● Data for this task:

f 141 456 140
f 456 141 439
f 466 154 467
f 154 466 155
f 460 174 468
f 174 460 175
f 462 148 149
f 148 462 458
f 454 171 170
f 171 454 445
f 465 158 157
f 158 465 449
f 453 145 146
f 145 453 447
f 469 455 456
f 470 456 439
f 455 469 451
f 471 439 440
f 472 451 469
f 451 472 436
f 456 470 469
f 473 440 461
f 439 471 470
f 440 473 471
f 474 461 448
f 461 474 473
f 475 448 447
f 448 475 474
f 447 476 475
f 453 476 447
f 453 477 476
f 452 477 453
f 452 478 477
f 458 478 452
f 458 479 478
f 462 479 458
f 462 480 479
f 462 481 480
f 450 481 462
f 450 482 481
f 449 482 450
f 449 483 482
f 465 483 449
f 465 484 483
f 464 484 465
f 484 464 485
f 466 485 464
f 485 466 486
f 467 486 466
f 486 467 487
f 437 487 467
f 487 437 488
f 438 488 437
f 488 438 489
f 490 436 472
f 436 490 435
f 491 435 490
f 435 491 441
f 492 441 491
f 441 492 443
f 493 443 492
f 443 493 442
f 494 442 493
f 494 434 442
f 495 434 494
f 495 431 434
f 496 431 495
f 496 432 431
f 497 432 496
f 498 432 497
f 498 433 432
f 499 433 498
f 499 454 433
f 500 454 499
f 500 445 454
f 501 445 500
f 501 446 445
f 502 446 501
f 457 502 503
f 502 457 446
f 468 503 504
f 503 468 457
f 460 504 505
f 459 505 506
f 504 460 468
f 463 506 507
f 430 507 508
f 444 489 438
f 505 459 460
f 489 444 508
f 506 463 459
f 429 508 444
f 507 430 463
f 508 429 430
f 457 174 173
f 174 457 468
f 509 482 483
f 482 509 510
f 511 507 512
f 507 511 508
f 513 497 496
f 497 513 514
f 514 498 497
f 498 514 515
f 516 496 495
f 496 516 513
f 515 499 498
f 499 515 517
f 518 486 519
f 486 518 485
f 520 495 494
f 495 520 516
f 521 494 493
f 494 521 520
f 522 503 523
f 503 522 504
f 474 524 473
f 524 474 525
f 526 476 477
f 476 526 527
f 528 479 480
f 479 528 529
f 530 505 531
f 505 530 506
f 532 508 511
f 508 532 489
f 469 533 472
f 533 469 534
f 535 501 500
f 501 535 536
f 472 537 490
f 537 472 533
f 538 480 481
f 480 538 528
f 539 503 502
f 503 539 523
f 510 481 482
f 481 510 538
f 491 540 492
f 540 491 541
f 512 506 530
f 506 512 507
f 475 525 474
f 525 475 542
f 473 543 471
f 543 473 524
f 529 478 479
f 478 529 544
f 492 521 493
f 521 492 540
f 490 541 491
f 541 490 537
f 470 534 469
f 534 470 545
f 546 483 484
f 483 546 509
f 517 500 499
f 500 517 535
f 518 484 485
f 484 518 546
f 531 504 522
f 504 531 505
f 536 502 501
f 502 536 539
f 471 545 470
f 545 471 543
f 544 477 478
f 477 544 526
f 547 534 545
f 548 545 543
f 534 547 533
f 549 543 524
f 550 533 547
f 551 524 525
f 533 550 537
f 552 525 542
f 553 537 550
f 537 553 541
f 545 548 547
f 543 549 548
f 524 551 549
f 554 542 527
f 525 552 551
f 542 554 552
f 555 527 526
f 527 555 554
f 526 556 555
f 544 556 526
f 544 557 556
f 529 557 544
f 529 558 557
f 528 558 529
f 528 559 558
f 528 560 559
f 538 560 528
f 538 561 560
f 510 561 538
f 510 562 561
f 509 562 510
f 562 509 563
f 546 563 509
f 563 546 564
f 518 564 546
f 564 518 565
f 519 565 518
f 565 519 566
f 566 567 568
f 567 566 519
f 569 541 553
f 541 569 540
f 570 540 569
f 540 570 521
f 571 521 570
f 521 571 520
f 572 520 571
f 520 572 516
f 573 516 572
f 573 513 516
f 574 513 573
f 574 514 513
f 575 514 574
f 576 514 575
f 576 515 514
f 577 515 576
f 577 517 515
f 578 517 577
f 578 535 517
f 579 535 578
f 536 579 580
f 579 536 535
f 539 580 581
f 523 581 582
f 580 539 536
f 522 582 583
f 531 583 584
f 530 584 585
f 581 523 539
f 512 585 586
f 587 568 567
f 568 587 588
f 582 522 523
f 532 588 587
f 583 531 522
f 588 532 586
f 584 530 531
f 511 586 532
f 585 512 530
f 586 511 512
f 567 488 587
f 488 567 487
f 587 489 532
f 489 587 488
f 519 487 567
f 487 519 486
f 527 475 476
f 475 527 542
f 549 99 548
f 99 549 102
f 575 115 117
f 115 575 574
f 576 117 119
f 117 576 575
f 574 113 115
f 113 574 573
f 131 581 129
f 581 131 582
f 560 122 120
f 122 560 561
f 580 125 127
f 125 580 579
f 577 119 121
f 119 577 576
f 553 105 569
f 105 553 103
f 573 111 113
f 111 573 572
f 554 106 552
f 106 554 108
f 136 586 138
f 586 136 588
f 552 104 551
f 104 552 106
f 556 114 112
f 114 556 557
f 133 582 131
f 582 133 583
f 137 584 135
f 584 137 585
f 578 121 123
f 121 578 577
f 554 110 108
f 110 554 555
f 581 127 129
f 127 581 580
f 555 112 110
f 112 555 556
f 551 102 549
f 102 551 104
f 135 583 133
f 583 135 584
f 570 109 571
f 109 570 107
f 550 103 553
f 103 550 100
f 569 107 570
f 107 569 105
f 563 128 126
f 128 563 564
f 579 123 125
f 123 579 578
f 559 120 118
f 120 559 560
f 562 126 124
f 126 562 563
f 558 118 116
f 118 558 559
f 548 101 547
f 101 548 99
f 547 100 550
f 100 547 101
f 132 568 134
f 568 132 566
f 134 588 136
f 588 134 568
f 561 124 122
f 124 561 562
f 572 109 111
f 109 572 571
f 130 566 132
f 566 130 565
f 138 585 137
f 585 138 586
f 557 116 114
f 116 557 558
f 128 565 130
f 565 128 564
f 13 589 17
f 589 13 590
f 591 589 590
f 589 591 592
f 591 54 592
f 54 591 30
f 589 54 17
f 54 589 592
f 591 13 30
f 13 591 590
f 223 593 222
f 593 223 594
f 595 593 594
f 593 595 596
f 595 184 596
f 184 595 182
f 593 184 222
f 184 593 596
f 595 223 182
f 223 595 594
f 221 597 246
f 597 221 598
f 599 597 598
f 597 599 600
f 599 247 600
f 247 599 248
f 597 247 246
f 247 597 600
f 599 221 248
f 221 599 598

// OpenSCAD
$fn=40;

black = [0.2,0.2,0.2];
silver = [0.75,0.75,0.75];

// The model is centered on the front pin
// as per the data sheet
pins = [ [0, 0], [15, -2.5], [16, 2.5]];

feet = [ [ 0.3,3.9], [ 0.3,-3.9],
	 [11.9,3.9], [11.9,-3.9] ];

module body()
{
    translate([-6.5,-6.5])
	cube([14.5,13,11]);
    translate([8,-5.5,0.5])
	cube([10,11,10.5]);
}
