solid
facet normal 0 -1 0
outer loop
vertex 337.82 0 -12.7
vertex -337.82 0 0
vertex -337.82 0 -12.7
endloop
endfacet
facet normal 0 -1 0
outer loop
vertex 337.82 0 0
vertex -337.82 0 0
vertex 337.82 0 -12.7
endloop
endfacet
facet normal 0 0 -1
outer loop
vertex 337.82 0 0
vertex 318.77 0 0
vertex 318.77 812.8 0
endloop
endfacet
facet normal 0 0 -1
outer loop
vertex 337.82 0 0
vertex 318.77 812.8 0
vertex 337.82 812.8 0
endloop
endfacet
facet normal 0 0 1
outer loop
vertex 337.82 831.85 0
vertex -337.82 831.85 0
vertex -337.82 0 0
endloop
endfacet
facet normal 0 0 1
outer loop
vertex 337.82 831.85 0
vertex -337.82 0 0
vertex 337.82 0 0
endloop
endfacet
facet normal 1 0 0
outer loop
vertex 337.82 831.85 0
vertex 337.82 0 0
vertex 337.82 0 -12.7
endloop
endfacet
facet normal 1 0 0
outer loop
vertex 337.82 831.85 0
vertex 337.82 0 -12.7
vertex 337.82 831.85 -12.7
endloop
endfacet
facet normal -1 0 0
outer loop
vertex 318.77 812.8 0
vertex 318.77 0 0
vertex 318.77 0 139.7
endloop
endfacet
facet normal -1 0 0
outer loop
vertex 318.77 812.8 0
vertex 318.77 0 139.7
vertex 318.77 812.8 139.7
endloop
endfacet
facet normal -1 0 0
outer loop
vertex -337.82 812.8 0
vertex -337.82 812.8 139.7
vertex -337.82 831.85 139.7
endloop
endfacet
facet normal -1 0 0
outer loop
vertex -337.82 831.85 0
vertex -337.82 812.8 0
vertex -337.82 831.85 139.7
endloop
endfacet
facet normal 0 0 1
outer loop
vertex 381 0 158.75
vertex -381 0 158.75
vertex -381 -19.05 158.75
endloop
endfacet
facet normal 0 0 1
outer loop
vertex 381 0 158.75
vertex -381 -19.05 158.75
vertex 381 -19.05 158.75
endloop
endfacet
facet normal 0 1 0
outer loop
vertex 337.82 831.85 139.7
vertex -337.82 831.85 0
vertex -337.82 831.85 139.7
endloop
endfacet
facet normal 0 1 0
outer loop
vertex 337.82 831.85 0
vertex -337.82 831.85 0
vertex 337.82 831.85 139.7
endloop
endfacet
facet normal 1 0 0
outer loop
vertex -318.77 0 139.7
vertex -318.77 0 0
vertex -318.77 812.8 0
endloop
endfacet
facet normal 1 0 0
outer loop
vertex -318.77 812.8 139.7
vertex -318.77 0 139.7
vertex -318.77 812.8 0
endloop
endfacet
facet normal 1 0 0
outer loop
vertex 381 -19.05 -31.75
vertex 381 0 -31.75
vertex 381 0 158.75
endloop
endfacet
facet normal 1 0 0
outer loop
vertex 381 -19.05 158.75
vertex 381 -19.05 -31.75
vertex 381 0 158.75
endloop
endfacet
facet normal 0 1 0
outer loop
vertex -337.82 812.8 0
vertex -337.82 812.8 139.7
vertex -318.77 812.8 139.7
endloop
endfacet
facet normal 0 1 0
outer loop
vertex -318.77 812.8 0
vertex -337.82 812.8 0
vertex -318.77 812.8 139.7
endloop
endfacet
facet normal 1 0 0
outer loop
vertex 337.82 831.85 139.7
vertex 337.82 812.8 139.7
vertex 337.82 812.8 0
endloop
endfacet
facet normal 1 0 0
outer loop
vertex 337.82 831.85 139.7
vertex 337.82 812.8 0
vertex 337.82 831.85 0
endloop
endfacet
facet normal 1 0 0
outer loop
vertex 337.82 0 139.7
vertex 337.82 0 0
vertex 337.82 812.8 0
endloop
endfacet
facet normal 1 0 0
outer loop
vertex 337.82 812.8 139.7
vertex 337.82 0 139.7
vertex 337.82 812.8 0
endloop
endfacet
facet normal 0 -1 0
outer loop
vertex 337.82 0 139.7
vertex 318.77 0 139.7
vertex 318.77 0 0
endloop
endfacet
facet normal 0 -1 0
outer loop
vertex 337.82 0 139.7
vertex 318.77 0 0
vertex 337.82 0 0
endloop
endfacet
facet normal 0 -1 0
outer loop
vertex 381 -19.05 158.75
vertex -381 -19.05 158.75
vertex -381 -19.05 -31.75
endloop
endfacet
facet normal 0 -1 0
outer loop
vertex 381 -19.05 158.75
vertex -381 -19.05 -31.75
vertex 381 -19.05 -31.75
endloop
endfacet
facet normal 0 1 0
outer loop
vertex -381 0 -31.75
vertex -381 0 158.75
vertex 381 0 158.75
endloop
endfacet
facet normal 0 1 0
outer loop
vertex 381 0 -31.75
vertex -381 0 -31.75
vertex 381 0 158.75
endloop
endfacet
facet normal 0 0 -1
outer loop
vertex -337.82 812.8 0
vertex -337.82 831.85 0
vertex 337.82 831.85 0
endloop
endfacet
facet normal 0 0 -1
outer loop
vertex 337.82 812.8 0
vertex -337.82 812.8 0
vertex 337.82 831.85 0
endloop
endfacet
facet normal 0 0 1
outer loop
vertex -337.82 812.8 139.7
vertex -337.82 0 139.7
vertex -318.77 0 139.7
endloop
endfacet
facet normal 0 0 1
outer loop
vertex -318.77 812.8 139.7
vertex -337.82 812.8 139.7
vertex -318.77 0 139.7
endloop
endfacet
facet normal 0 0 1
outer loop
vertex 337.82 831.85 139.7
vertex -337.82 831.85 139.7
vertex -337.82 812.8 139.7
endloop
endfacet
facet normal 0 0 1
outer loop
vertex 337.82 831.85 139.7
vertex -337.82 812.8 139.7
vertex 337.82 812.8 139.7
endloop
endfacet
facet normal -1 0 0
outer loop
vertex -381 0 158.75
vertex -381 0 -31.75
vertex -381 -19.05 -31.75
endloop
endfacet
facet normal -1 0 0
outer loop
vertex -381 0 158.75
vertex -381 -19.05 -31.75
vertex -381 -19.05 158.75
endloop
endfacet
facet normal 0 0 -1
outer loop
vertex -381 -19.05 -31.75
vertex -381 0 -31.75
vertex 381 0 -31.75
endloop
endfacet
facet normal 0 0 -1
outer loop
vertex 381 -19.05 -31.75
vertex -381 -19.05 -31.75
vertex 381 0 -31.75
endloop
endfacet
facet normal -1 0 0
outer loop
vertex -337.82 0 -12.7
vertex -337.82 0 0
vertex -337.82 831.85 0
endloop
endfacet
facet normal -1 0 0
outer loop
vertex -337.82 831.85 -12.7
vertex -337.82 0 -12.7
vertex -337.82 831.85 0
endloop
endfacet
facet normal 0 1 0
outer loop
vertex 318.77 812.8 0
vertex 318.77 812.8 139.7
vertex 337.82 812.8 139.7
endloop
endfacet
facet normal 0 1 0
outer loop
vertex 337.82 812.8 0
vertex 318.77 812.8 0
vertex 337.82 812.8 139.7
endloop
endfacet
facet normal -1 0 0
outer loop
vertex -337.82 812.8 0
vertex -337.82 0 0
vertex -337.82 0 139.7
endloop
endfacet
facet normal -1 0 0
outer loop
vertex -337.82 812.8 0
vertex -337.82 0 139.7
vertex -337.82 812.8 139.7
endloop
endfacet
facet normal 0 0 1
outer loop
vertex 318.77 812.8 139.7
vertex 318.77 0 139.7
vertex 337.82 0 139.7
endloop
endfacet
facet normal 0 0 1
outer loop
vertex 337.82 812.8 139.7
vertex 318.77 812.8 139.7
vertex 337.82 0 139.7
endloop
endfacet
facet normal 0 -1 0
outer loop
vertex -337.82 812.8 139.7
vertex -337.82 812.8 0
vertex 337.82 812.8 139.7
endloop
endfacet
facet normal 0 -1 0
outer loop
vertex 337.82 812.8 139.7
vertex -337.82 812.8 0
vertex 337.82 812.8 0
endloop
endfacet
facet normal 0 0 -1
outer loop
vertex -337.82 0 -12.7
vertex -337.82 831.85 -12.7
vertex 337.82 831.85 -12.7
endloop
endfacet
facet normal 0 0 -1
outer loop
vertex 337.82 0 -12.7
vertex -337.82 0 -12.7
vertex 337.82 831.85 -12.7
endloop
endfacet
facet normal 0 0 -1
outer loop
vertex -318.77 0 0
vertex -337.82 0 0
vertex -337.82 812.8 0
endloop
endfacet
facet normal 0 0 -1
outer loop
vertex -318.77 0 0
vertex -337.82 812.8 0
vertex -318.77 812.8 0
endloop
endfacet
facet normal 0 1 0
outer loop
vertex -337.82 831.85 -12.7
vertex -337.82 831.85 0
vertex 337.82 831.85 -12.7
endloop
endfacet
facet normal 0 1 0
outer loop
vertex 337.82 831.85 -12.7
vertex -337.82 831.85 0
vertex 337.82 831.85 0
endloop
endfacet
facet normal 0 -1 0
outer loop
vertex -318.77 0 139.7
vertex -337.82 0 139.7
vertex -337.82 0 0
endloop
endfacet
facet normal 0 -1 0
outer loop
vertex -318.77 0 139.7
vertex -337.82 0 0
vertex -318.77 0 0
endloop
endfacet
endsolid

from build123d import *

# Parameters (mm, degrees)
F0_W     = 19.05
F0_H     = 812.8
F1_DEPTH = 139.7
F2_W     = 675.64
F2_H     = 19.05
F3_DEPTH = 139.7
F4_W     = 675.64
F4_H     = 831.85
F5_DEPTH = 12.7
F6_W     = 762
F6_H     = 190.5
F7_DEPTH = 19.05


with BuildPart() as f1:
    # F0 (on Top) → F1 (new body)
    with BuildSketch(Plane.XY):
        with Locations((328.295, 406.4)):
            Rectangle(F0_W, F0_H)
    extrude(amount=F1_DEPTH)


with BuildPart() as f1b:
    # F0 (on Top) → F1, piece 2 (new body)
    with BuildSketch(Plane.XY):
        with Locations((-328.295, 406.4)):
            Rectangle(F0_W, F0_H)
    extrude(amount=F1_DEPTH)


with BuildPart() as f3:
    # F2 (on Top) → F3 (new body)
    with BuildSketch(Plane.XY):
        with Locations((0, 822.325)):
            Rectangle(F2_W, F2_H)
    extrude(amount=F3_DEPTH)


with BuildPart() as f5:
    # F4 (on Top) → F5 (new body)
    with BuildSketch(Plane.XY):
        with Locations((0, 415.925)):
            Rectangle(F4_W, F4_H)
    extrude(amount=-F5_DEPTH)


with BuildPart() as f7:
    # F6 (on Front) → F7 (new body)
    with BuildSketch(Plane.XZ):
        with Locations((0, 63.5)):
            Rectangle(F6_W, F6_H)
    extrude(amount=F7_DEPTH)


solid = Compound([f1.part, f1b.part, f3.part, f5.part, f7.part])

● Assignment: Ending with the line containing "f 510 481 482", please print exactly the lines of the material above from its first line onward, and nothing else.

● Problem solution:
f 141 456 140
f 456 141 439
f 466 154 467
f 154 466 155
f 460 174 468
f 174 460 175
f 462 148 149
f 148 462 458
f 454 171 170
f 171 454 445
f 465 158 157
f 158 465 449
f 453 145 146
f 145 453 447
f 469 455 456
f 470 456 439
f 455 469 451
f 471 439 440
f 472 451 469
f 451 472 436
f 456 470 469
f 473 440 461
f 439 471 470
f 440 473 471
f 474 461 448
f 461 474 473
f 475 448 447
f 448 475 474
f 447 476 475
f 453 476 447
f 453 477 476
f 452 477 453
f 452 478 477
f 458 478 452
f 458 479 478
f 462 479 458
f 462 480 479
f 462 481 480
f 450 481 462
f 450 482 481
f 449 482 450
f 449 483 482
f 465 483 449
f 465 484 483
f 464 484 465
f 484 464 485
f 466 485 464
f 485 466 486
f 467 486 466
f 486 467 487
f 437 487 467
f 487 437 488
f 438 488 437
f 488 438 489
f 490 436 472
f 436 490 435
f 491 435 490
f 435 491 441
f 492 441 491
f 441 492 443
f 493 443 492
f 443 493 442
f 494 442 493
f 494 434 442
f 495 434 494
f 495 431 434
f 496 431 495
f 496 432 431
f 497 432 496
f 498 432 497
f 498 433 432
f 499 433 498
f 499 454 433
f 500 454 499
f 500 445 454
f 501 445 500
f 501 446 445
f 502 446 501
f 457 502 503
f 502 457 446
f 468 503 504
f 503 468 457
f 460 504 505
f 459 505 506
f 504 460 468
f 463 506 507
f 430 507 508
f 444 489 438
f 505 459 460
f 489 444 508
f 506 463 459
f 429 508 444
f 507 430 463
f 508 429 430
f 457 174 173
f 174 457 468
f 509 482 483
f 482 509 510
f 511 507 512
f 507 511 508
f 513 497 496
f 497 513 514
f 514 498 497
f 498 514 515
f 516 496 495
f 496 516 513
f 515 499 498
f 499 515 517
f 518 486 519
f 486 518 485
f 520 495 494
f 495 520 516
f 521 494 493
f 494 521 520
f 522 503 523
f 503 522 504
f 474 524 473
f 524 474 525
f 526 476 477
f 476 526 527
f 528 479 480
f 479 528 529
f 530 505 531
f 505 530 506
f 532 508 511
f 508 532 489
f 469 533 472
f 533 469 534
f 535 501 500
f 501 535 536
f 472 537 490
f 537 472 533
f 538 480 481
f 480 538 528
f 539 503 502
f 503 539 523
f 510 481 482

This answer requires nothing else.